When a user input contains Unicode characters (e.g. ‘ or ” ), the following action fails:
String[] unicodeStrings = answerText.split("((?<=\\R)|(?=\\R))");
I've tried debugging the split method, but I haven't found the root cause. I have a hunch it has something to do with the question mark (?) in the expression.
I've also tried an online java regex tool and applied the expression on some text with the following characters ‘”. It didn't show any error.
I've also tried writing a simple test method in online java compiler where I passed a test string with the ‘” characters and performed the above-mentioned split. No error either.
Code:
String answerText = uiq.getAnswerText();
if (answerText.matches("[\\x00-\\x7F]*")) //if the answerString consists only of ascii characters we encode it
sb.append("<String name=\"answerText\">")
.append(wrapCdata(uiq.isDate() ? formatDate(uiq.getAnswerText(), sourceFormat, targetFormat) : answerText)).append("</String>");
else { //if the answerString consists of unicode characters we encode only the Linebreakers (the \R)
String answerNonEscapedText = "";
String[] unicodeStrings = answerText.split("((?<=\\R)|(?=\\R))");//This regex splits the string to its linebreak-delimiters, including them. i.e. ("$$$\r\n" ---> [$,$,$,\r\n])

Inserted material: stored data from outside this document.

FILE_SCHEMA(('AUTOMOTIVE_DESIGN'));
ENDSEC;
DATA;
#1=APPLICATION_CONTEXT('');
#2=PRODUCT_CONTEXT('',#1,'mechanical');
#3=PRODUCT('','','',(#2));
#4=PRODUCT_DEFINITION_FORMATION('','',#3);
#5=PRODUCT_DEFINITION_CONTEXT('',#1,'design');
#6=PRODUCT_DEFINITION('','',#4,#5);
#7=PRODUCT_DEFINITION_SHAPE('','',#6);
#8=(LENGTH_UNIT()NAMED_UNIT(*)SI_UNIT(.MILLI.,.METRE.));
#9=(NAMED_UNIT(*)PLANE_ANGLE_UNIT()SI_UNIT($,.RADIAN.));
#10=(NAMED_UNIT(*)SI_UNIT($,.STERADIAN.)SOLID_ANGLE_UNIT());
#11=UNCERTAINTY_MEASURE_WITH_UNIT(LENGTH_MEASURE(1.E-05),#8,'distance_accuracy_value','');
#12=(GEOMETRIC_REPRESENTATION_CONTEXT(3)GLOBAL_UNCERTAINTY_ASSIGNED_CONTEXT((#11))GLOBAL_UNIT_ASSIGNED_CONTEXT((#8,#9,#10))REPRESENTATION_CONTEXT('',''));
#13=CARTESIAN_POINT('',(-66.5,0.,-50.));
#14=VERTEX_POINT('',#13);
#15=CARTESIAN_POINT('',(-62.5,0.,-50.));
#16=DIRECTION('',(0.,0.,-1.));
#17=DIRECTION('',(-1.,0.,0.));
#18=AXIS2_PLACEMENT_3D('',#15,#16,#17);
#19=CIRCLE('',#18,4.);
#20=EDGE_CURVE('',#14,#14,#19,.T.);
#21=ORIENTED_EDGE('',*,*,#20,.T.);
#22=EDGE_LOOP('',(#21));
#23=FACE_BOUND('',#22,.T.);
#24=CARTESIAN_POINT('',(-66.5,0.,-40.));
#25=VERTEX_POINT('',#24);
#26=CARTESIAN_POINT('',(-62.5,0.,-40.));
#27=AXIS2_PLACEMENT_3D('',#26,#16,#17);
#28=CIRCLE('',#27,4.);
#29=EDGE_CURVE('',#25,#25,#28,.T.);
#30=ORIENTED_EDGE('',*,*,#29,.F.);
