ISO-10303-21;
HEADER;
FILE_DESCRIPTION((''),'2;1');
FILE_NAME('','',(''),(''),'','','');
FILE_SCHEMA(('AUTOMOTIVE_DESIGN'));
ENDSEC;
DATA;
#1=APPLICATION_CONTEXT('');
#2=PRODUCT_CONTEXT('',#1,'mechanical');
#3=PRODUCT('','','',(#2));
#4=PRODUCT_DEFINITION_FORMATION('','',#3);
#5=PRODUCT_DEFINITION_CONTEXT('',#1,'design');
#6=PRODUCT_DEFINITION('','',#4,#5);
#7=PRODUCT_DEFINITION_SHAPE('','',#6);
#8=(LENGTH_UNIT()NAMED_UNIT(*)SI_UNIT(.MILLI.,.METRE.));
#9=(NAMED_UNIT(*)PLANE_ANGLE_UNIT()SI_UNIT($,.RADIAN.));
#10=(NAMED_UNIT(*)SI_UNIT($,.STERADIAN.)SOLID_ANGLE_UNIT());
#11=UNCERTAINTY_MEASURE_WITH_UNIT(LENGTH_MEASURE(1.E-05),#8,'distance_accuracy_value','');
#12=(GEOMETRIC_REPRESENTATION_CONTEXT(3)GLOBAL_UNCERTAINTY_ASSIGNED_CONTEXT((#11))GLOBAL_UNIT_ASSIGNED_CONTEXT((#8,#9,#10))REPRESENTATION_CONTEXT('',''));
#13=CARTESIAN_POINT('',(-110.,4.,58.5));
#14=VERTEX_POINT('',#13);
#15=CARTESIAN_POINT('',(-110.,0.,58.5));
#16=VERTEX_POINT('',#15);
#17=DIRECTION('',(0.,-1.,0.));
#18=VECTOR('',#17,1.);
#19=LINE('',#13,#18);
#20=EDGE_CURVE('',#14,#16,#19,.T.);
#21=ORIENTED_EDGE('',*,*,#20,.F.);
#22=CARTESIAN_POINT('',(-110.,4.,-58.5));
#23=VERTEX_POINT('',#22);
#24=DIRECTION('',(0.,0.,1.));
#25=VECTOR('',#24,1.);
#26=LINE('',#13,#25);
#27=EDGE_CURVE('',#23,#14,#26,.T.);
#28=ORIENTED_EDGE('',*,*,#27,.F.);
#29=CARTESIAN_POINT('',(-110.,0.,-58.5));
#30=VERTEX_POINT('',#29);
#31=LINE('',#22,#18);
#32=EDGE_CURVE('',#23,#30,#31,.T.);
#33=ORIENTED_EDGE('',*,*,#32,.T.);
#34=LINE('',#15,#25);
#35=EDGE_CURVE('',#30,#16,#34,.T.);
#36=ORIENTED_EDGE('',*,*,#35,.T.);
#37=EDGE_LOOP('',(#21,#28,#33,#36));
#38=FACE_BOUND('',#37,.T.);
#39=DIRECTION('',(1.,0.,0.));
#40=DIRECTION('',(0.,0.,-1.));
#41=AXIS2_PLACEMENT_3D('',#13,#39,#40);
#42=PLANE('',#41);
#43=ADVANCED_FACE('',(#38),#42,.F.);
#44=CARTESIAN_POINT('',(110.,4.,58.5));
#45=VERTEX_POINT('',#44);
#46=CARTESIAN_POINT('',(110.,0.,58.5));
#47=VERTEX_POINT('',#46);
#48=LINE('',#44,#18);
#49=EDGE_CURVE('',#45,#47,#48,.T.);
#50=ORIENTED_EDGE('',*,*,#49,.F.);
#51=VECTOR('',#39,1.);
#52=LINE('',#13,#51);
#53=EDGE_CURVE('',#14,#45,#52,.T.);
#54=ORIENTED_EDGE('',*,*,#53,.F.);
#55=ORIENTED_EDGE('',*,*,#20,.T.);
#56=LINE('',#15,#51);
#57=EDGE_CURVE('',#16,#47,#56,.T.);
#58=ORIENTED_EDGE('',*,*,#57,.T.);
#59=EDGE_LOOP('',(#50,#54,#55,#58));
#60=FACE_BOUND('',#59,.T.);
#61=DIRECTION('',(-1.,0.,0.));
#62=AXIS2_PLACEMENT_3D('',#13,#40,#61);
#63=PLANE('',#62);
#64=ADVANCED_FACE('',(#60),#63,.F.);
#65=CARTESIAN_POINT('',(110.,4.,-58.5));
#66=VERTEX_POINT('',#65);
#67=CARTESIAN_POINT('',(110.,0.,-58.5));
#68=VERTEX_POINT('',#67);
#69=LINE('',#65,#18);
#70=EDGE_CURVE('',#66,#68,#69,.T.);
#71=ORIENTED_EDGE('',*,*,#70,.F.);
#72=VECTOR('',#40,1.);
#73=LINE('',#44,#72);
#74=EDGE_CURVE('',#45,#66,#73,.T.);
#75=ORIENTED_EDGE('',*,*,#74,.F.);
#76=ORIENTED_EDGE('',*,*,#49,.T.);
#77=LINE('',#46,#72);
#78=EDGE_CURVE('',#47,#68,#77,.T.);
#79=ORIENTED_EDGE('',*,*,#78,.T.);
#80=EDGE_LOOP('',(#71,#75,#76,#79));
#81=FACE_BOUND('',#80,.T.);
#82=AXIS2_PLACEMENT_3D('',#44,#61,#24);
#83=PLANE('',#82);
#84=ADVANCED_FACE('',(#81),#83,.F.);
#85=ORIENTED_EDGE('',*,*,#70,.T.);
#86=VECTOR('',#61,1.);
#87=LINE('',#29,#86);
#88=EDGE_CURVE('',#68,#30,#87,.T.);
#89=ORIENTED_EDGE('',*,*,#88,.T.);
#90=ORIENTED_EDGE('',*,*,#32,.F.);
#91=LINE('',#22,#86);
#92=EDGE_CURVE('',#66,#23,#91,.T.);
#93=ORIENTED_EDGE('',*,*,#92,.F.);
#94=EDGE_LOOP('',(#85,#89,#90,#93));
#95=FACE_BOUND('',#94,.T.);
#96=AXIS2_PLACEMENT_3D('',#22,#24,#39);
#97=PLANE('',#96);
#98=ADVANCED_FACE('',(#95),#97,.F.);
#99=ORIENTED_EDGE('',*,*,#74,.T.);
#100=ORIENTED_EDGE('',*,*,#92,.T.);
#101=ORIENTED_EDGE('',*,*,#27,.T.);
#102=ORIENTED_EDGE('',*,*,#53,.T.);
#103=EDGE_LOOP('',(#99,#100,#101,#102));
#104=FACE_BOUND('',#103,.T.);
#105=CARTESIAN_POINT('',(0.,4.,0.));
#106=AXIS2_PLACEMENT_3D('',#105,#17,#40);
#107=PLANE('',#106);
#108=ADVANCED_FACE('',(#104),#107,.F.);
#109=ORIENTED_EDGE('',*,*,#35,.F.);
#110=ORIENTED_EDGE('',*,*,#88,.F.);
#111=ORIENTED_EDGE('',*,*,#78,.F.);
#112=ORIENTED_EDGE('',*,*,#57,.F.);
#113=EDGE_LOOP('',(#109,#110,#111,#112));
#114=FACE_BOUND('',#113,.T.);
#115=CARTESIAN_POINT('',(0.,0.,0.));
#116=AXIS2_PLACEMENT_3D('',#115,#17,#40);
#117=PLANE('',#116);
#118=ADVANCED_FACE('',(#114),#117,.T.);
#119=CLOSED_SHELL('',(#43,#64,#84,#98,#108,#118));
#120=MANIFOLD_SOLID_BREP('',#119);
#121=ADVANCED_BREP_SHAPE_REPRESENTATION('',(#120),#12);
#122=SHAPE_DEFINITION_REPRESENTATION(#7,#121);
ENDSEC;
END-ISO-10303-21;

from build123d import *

# Parameters (mm, degrees)
SKETCH1_W           = 220
SKETCH1_H           = 117
BOSS_EXTRUDE1_DEPTH = 4


with BuildPart() as part:
    # Sketch1 → Boss-Extrude1 (new body)
    with BuildSketch(Plane(origin=(0, 0, 0), x_dir=(1, 0, 0), z_dir=(0, 1, 0))):
        Rectangle(SKETCH1_W, SKETCH1_H)
    extrude(amount=BOSS_EXTRUDE1_DEPTH)


solid = part.part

for (String str : unicodeStrings) {
if (str.matches("\\R"))
str = StringEscapeUtils.escapeJava(str);
answerNonEscapedText += str;
}
Error:
java.util.regex.PatternSyntaxException: Illegal/unsupported escape sequence near index 6
((?<=\R)|(?=\R))
^
at java.util.regex.Pattern.error(Pattern.java:1924)
at java.util.regex.Pattern.escape(Pattern.java:2416)
at java.util.regex.Pattern.atom(Pattern.java:2164)
at java.util.regex.Pattern.sequence(Pattern.java:2046)
at java.util.regex.Pattern.expr(Pattern.java:1964)
at java.util.regex.Pattern.group0(Pattern.java:2807)
at java.util.regex.Pattern.sequence(Pattern.java:2018)
at java.util.regex.Pattern.expr(Pattern.java:1964)
at java.util.regex.Pattern.group0(Pattern.java:2854)
at java.util.regex.Pattern.sequence(Pattern.java:2018)
at java.util.regex.Pattern.expr(Pattern.java:1964)
at java.util.regex.Pattern.compile(Pattern.java:1665)
at java.util.regex.Pattern.<init>(Pattern.java:1337)
at java.util.regex.Pattern.compile(Pattern.java:1022)
at java.lang.String.split(String.java:2313)
at java.lang.String.split(String.java:2355)
Could you please help me finding the root cause of the failure?
"((?<=\\R)|(?=\\R))"contains both a look-ahead and look-behind 0 width match, and that as group."\\R"for newline should suffice. You will not get the line separating chars ("\n", "\r\n", "\r" or "\u0085") though. look-behind and ahead probably were done for receiving the line separator and maybe for the last line.